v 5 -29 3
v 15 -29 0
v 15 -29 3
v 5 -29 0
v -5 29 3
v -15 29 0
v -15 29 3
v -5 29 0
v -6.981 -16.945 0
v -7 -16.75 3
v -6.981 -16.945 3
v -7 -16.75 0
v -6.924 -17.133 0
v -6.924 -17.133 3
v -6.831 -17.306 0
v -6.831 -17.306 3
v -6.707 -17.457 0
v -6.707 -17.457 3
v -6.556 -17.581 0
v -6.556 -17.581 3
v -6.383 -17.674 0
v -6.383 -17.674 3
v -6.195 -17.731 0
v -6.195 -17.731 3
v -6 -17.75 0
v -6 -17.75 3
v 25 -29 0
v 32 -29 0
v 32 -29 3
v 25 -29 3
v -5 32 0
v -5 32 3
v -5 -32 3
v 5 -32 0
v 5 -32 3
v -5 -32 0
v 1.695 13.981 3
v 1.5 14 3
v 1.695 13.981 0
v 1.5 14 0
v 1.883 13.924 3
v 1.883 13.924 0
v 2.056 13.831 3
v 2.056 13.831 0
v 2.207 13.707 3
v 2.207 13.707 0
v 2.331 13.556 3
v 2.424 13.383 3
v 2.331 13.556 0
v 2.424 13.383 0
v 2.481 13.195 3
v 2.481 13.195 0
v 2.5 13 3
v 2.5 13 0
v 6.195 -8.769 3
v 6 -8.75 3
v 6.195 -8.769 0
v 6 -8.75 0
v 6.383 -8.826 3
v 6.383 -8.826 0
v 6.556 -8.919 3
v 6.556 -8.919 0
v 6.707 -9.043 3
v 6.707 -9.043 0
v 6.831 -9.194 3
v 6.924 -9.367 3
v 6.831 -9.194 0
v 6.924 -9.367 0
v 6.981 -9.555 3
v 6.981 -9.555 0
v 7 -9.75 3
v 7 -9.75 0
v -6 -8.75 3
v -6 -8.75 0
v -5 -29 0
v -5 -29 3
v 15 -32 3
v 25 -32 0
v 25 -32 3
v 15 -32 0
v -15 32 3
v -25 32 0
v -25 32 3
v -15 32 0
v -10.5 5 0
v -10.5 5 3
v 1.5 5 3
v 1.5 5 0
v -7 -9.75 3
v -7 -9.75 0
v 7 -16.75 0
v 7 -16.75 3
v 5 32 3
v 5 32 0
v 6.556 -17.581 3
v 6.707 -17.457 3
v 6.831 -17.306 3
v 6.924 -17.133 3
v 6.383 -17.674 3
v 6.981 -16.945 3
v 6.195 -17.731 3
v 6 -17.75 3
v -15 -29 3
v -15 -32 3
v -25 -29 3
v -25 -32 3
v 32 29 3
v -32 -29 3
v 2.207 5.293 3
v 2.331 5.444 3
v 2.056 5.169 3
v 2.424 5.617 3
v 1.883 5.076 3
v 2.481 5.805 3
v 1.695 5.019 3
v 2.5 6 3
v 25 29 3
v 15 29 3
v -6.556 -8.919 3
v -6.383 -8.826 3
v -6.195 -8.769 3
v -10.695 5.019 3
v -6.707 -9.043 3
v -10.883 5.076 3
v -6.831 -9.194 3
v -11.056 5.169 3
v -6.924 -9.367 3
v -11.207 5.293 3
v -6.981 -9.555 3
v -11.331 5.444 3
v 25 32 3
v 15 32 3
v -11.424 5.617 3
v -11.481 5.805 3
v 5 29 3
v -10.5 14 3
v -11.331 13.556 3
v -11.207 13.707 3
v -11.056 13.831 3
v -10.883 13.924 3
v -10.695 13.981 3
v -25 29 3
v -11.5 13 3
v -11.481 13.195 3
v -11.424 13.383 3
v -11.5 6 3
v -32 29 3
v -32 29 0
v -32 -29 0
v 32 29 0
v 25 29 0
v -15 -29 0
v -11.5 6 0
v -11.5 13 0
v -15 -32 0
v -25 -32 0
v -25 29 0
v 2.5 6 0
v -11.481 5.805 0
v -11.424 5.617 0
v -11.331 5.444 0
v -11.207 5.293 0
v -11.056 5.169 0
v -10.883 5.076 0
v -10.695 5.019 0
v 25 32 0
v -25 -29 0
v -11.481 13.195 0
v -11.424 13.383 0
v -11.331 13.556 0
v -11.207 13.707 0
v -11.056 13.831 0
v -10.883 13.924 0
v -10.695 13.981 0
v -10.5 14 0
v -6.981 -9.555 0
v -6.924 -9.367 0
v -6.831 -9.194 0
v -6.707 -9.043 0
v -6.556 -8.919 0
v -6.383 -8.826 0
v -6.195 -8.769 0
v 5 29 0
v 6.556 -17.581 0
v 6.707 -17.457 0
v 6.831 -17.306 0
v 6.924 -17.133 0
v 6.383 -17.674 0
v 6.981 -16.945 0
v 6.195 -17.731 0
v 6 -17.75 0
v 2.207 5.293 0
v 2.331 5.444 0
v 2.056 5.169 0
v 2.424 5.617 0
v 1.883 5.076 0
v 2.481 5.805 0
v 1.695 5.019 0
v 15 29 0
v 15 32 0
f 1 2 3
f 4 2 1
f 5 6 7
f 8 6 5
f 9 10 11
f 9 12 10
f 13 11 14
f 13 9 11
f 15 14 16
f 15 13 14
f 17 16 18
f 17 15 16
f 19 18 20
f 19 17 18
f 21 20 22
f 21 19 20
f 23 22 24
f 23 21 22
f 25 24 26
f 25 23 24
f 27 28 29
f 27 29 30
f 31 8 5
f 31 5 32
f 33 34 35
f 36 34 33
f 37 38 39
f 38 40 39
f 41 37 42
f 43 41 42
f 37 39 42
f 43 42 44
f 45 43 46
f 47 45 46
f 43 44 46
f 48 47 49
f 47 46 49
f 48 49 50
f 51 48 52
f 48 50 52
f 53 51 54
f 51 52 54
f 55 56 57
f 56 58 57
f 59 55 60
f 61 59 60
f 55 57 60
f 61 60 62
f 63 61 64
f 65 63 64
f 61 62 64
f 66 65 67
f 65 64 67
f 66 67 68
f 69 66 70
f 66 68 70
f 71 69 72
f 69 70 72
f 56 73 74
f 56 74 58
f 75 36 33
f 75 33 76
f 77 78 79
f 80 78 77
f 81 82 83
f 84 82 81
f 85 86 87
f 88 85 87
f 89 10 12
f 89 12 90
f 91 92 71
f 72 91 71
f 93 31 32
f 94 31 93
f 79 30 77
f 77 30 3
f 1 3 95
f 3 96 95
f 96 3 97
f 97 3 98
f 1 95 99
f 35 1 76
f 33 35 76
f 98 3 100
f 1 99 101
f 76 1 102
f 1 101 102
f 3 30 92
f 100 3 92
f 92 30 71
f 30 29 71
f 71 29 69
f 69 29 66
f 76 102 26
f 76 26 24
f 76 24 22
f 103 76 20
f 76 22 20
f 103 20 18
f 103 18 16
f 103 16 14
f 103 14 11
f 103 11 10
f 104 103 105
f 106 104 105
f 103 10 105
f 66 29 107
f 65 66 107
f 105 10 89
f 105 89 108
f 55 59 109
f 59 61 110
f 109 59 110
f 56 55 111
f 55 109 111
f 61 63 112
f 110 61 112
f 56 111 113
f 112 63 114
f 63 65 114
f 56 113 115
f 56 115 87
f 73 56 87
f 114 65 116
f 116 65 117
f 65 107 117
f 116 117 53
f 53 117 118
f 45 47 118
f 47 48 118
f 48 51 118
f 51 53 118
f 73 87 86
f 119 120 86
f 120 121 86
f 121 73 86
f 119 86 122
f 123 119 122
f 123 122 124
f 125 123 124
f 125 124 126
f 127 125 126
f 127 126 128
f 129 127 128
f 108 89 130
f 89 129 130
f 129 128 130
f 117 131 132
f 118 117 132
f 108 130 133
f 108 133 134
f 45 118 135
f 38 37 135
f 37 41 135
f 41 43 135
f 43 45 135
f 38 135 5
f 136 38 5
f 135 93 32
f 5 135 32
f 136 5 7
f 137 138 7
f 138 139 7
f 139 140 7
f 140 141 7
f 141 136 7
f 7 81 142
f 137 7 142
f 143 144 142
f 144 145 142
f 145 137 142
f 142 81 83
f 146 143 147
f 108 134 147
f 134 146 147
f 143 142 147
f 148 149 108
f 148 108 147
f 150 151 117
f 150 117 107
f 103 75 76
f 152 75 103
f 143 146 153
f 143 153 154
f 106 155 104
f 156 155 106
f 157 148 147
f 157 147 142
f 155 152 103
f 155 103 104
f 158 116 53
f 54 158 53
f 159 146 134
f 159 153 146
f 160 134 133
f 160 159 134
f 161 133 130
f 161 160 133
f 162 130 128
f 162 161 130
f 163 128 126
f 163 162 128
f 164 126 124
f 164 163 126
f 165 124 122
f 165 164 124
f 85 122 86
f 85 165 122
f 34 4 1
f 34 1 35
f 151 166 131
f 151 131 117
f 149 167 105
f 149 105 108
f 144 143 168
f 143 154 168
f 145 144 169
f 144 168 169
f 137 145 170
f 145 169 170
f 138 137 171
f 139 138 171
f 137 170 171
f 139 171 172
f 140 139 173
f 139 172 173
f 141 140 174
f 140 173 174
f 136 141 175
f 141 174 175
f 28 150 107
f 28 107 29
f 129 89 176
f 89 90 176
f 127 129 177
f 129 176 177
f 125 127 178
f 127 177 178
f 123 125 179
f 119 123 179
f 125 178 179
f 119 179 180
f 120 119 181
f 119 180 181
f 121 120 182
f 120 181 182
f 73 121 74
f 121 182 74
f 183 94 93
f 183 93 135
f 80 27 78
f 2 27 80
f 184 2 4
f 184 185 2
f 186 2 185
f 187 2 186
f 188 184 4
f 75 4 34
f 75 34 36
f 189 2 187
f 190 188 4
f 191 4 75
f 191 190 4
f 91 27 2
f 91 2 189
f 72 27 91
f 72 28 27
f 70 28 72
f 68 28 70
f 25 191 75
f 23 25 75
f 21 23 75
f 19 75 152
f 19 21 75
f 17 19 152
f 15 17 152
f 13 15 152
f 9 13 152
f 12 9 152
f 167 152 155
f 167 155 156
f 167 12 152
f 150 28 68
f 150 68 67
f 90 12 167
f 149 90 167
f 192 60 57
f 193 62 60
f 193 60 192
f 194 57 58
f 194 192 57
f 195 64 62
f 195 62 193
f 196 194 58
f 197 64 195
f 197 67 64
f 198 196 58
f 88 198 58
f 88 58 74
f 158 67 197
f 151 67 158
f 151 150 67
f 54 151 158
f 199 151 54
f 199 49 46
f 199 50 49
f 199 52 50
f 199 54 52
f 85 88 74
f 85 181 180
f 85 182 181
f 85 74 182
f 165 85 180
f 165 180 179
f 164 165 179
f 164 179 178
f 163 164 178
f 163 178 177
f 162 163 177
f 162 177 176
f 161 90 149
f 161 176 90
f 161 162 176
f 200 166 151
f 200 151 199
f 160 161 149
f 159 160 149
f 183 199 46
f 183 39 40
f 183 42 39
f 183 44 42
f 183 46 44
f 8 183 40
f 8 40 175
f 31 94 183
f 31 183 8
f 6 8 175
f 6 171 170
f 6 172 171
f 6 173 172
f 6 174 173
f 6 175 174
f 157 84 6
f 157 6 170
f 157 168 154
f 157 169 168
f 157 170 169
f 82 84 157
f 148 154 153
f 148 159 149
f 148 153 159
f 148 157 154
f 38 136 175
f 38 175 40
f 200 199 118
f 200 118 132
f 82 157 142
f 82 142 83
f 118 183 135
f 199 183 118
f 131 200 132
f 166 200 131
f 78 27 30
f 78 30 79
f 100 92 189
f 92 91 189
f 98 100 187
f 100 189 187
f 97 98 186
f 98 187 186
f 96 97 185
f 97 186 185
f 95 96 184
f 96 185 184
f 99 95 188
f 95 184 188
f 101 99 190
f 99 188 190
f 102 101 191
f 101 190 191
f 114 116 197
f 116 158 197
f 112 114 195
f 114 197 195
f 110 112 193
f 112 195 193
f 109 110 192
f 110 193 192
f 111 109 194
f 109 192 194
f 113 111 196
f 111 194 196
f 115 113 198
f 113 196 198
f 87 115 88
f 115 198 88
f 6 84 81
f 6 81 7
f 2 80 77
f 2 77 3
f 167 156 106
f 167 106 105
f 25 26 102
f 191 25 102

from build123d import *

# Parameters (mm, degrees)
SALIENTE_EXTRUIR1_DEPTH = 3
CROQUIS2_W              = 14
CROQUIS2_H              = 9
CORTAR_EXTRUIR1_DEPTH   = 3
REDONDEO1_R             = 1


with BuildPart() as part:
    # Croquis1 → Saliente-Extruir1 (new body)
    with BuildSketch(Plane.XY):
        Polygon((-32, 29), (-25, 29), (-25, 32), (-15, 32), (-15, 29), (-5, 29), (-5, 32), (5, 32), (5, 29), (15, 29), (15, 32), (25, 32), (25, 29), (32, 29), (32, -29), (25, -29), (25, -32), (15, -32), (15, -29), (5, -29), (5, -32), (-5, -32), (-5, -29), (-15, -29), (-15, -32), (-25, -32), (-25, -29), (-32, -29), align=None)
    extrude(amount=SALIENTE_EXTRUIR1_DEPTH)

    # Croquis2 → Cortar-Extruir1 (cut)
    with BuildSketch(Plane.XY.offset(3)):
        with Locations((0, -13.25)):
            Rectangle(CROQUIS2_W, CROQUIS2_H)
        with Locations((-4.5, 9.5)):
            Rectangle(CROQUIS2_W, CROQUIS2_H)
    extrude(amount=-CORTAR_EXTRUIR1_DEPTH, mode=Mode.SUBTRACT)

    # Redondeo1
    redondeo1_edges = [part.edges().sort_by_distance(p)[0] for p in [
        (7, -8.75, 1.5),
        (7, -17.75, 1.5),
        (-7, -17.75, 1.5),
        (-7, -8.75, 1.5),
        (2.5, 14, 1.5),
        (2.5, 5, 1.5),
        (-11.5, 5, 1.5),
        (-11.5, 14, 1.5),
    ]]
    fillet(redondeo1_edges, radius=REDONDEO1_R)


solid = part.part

• [EXERCISE OBJECTIVE] Wherever the line holding "v 6.383 -8.826 3" falls in the entries above, copy exactly from it through the line holding "v 6.981 -16.945 3", inclusive, and add nothing.

• [REPLY TO THE EXERCISE]
v 6.383 -8.826 3
v 6.383 -8.826 0
v 6.556 -8.919 3
v 6.556 -8.919 0
v 6.707 -9.043 3
v 6.707 -9.043 0
v 6.831 -9.194 3
v 6.924 -9.367 3
v 6.831 -9.194 0
v 6.924 -9.367 0
v 6.981 -9.555 3
v 6.981 -9.555 0
v 7 -9.75 3
v 7 -9.75 0
v -6 -8.75 3
v -6 -8.75 0
v -5 -29 0
v -5 -29 3
v 15 -32 3
v 25 -32 0
v 25 -32 3
v 15 -32 0
v -15 32 3
v -25 32 0
v -25 32 3
v -15 32 0
v -10.5 5 0
v -10.5 5 3
v 1.5 5 3
v 1.5 5 0
v -7 -9.75 3
v -7 -9.75 0
v 7 -16.75 0
v 7 -16.75 3
v 5 32 3
v 5 32 0
v 6.556 -17.581 3
v 6.707 -17.457 3
v 6.831 -17.306 3
v 6.924 -17.133 3
v 6.383 -17.674 3
v 6.981 -16.945 3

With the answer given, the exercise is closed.